We dropped anchor in North River, New York, just before noon on the third of January 1869. Never before, or since, have I seen it rain like it did that day. Steamers and barges brought us in to the emigrant landing depot at Castle Garden. There, I was able to change mine and Beezy Ryan's money into American dollars.
In the same building, under the gaze of a blue-coated, brass- buttoned dignitary, I recorded the entry of Sarah and James Vance through what they called the Gate of the New World.
I also wrote that San Francisco would be our final destination and, under the same roof, bought tickets to cross America by train.
EPILOGUE
San Francisco, 1879
I read about the wrens today.
A newspaper from Ireland called them an 'irrepressible evil' and said they were 'carriers of disease'. It held them responsible for the rampant immorality of 'half the country's married men and half its youths'. The writer went on to demand they be forced into the Magdalen asylums and kept there.
‘Plus ca change’, as the French say.
I put the paper away as my daughter came into the room.

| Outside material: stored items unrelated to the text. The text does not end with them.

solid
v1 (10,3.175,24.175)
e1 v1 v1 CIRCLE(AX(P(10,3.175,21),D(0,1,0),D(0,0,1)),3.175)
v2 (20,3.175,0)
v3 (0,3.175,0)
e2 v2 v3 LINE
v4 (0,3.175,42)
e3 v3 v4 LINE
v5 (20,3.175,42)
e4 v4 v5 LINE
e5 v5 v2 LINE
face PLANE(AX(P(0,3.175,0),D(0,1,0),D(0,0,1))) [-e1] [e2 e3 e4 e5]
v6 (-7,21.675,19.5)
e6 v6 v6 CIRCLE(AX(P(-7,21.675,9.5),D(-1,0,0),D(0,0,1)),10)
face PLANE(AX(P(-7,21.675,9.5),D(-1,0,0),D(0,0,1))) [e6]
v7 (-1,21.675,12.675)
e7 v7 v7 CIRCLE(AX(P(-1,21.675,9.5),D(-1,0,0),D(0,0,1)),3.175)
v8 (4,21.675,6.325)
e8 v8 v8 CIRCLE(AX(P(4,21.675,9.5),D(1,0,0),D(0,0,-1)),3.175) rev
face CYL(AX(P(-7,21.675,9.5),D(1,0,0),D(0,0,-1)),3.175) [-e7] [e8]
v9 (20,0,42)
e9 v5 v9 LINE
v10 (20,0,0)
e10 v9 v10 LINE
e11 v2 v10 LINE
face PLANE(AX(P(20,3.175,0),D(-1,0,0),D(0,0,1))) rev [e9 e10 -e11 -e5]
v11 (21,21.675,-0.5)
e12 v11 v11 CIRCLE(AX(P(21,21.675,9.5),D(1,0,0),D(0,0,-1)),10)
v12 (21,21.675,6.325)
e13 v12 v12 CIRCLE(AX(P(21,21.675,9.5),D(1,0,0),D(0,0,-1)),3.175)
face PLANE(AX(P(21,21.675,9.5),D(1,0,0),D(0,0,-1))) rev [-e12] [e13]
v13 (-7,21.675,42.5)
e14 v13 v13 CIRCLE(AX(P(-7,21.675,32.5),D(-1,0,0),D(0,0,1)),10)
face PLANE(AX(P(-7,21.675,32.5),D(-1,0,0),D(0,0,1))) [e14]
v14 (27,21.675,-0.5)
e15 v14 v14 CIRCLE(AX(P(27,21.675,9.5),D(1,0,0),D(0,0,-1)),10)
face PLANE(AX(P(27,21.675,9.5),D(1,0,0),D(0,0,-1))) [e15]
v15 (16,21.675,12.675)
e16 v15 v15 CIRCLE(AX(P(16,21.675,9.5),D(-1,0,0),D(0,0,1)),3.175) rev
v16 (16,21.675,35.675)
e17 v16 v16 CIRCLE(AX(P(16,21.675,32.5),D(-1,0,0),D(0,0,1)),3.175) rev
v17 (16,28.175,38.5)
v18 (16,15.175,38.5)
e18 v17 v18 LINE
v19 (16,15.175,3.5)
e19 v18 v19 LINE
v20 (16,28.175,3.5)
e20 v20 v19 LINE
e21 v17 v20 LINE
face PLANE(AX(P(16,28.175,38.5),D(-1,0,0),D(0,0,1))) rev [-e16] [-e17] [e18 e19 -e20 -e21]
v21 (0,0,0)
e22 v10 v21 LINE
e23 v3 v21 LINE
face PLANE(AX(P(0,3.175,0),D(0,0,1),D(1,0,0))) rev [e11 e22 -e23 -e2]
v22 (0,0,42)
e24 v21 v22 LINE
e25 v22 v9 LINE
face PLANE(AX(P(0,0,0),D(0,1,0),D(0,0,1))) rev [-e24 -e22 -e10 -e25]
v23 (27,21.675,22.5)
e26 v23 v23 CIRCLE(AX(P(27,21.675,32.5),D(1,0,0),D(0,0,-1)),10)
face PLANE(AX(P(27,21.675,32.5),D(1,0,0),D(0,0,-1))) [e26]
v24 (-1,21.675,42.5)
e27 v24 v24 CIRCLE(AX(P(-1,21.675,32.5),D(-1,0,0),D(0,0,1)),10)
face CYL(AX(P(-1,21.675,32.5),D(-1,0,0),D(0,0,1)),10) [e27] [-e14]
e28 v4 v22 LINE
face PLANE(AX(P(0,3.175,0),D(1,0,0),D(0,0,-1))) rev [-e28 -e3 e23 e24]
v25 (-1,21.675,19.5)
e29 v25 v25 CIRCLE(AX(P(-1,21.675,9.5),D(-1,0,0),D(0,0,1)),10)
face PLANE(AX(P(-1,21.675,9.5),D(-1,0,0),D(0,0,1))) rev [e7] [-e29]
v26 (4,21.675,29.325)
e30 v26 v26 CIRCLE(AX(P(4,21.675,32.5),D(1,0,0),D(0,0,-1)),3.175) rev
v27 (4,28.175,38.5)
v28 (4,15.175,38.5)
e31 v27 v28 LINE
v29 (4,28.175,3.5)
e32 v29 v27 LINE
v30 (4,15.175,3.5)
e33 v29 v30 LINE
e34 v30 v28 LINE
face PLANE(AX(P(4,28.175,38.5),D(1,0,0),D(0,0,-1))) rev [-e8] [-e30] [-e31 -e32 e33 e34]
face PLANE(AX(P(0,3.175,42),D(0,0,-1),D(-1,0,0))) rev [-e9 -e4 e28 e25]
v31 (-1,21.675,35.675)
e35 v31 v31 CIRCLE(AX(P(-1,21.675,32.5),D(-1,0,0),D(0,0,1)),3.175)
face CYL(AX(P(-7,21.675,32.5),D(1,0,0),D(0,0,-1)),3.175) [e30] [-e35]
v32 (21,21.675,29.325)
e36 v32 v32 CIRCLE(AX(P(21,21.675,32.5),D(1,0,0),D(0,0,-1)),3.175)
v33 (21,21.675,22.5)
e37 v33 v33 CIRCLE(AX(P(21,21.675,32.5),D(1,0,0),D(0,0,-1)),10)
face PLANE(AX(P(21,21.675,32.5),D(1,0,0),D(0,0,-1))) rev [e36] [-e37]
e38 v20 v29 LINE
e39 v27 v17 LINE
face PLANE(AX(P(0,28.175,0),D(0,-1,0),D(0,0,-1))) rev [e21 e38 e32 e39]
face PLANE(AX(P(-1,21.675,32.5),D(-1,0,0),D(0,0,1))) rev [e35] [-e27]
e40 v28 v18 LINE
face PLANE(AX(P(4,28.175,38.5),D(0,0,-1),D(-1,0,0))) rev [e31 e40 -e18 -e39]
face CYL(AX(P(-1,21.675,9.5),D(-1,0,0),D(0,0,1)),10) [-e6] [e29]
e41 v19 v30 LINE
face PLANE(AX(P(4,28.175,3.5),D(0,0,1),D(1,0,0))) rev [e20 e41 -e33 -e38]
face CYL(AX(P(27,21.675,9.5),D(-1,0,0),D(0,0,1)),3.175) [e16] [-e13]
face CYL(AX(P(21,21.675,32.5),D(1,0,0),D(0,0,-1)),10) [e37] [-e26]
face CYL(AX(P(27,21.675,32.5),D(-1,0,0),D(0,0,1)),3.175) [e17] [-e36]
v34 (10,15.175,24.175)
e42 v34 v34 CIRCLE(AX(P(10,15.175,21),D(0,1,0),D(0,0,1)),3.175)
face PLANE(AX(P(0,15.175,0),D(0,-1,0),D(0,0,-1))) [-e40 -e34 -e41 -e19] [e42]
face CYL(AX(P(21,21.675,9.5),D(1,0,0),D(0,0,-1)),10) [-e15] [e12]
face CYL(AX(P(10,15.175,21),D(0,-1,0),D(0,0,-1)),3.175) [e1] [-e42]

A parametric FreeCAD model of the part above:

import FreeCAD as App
import Part
import Sketcher
Q = App.Units.Quantity


def add_polygon(sketch, points):
    """Adds a closed chain of lines whose ends are joined by coincident constraints."""
    first, n = sketch.GeometryCount, len(points)
    for a, b in zip(points, points[1:] + points[:1]):
        sketch.addGeometry(Part.LineSegment(App.Vector(*a, 0), App.Vector(*b, 0)), False)
    for i in range(n):
        sketch.addConstraint(Sketcher.Constraint("Coincident", first + i, 2, first + (i + 1) % n, 1))

doc = App.newDocument("Part")
body = doc.addObject("PartDesign::Body", "Body")

# Sketch on XZ plane
sketch1 = doc.addObject("Sketcher::SketchObject", "Sketch")
body.addObject(sketch1)
sketch1.AttachmentSupport = (doc.XZ_Plane, [""])
sketch1.MapMode = "FlatFace"
add_polygon(sketch1, [(0, 0), (0, 42), (20, 42), (20, 0)])  # lines 0-3
sketch1.addConstraint(Sketcher.Constraint("Vertical", 0))
sketch1.addConstraint(Sketcher.Constraint("Horizontal", 1))
sketch1.addConstraint(Sketcher.Constraint("Vertical", 2))
sketch1.addConstraint(Sketcher.Constraint("Horizontal", 3))
sketch1.addConstraint(Sketcher.Constraint("Coincident", 3, 2, -1, 1))
sketch1.addConstraint(Sketcher.Constraint("DistanceX", 1, 1, 1, 2, Q("20 mm")))
sketch1.addConstraint(Sketcher.Constraint("DistanceY", 0, 1, 0, 2, Q("42 mm")))
pad1 = doc.addObject("PartDesign::Pad", "Pad")
body.addObject(pad1)
pad1.Profile = sketch1
pad1.Length = 3.175
pad1.Reversed = True

# Sketch on XZ plane
sketch2 = doc.addObject("Sketcher::SketchObject", "Sketch001")
body.addObject(sketch2)
sketch2.AttachmentSupport = (doc.XZ_Plane, [""])
sketch2.MapMode = "FlatFace"
sketch2.AttachmentOffset = App.Placement(App.Vector(0, 0, -3.175), App.Rotation())
sketch2.addGeometry(Part.Circle(App.Vector(10, 21, 0), App.Vector(0, 0, 1), 3.2), False)
sketch2.addConstraint(Sketcher.Constraint("Diameter", 0, Q("6.35 mm")))
sketch2.addConstraint(Sketcher.Constraint("DistanceX", -1, 1, 0, 3, Q("10 mm")))
sketch2.addConstraint(Sketcher.Constraint("DistanceY", -1, 1, 0, 3, Q("21 mm")))
pad2 = doc.addObject("PartDesign::Pad", "Pad001")
body.addObject(pad2)
pad2.Profile = sketch2
pad2.Length = 12
pad2.Reversed = True

# Sketch on XZ plane
sketch3 = doc.addObject("Sketcher::SketchObject", "Sketch002")
body.addObject(sketch3)
sketch3.AttachmentSupport = (doc.XZ_Plane, [""])
sketch3.MapMode = "FlatFace"
sketch3.AttachmentOffset = App.Placement(App.Vector(0, 0, -15.175), App.Rotation())
add_polygon(sketch3, [(4, 4), (4, 38), (16, 38), (16, 4)])  # lines 0-3
sketch3.addConstraint(Sketcher.Constraint("Vertical", 0))
sketch3.addConstraint(Sketcher.Constraint("Horizontal", 1))
sketch3.addConstraint(Sketcher.Constraint("Vertical", 2))
sketch3.addConstraint(Sketcher.Constraint("Horizontal", 3))
sketch3.addConstraint(Sketcher.Constraint("DistanceX", 1, 1, 1, 2, Q("12 mm")))
sketch3.addConstraint(Sketcher.Constraint("DistanceY", 0, 1, 0, 2, Q("35 mm")))
sketch3.addConstraint(Sketcher.Constraint("DistanceX", -1, 1, 0, 2, Q("4 mm")))
sketch3.addConstraint(Sketcher.Constraint("DistanceY", -1, 1, 0, 2, Q("38.5 mm")))
pad3 = doc.addObject("PartDesign::Pad", "Pad002")
body.addObject(pad3)
pad3.Profile = sketch3
pad3.Length = 13
pad3.Reversed = True

# Sketch on YZ plane
sketch4 = doc.addObject("Sketcher::SketchObject", "Sketch003")
body.addObject(sketch4)
sketch4.AttachmentSupport = (doc.YZ_Plane, [""])
sketch4.MapMode = "FlatFace"
sketch4.AttachmentOffset = App.Placement(App.Vector(0, 0, 4), App.Rotation())
sketch4.addGeometry(Part.Circle(App.Vector(21.7, 9.5, 0), App.Vector(0, 0, 1), 3.2), False)
sketch4.addGeometry(Part.Circle(App.Vector(21.7, 32.5, 0), App.Vector(0, 0, 1), 3.2), False)
sketch4.addConstraint(Sketcher.Constraint("Equal", 0, 1))
sketch4.addConstraint(Sketcher.Constraint("Vertical", 0, 3, 1, 3))
sketch4.addConstraint(Sketcher.Constraint("Diameter", 0, Q("6.35 mm")))
sketch4.addConstraint(Sketcher.Constraint("DistanceY", 0, 3, 1, 3, Q("23 mm")))
sketch4.addConstraint(Sketcher.Constraint("DistanceY", -1, 1, 0, 3, Q("9.5 mm")))
sketch4.addConstraint(Sketcher.Constraint("DistanceX", -1, 1, 0, 3, Q("21.675 mm")))
pad4 = doc.addObject("PartDesign::Pad", "Pad003")
body.addObject(pad4)
pad4.Profile = sketch4
pad4.Length = 11
pad4.Reversed = True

But not quickly enough.
'What's that you're reading?' she said.
'Nothing of interest,' I said, 'just using the excuse to dawdle.'
'It interested you,' she held out a hand.
Clara never changes. Even in this wilful, half-grown city of gamblers, new rich and adventurers she is one of its sharpest, most acutely alert citizens. The lessons of her early life never desert her.
I handed her the newspaper and stood at the window while she read.
I liked the view. Our home on its hill, bought with my father's money, is high enough to watch the late afternoon sun burn itself out over the clippers and steamer ships in the bay. High enough to look down on the hilly streets between, all laid out in their parallel lines, and on the great stores, church spires and hotels. It gives views too of elegant wooden houses like this one, springing up every day next to wooden shanties. The pot-pourri that is San Francisco suits me well.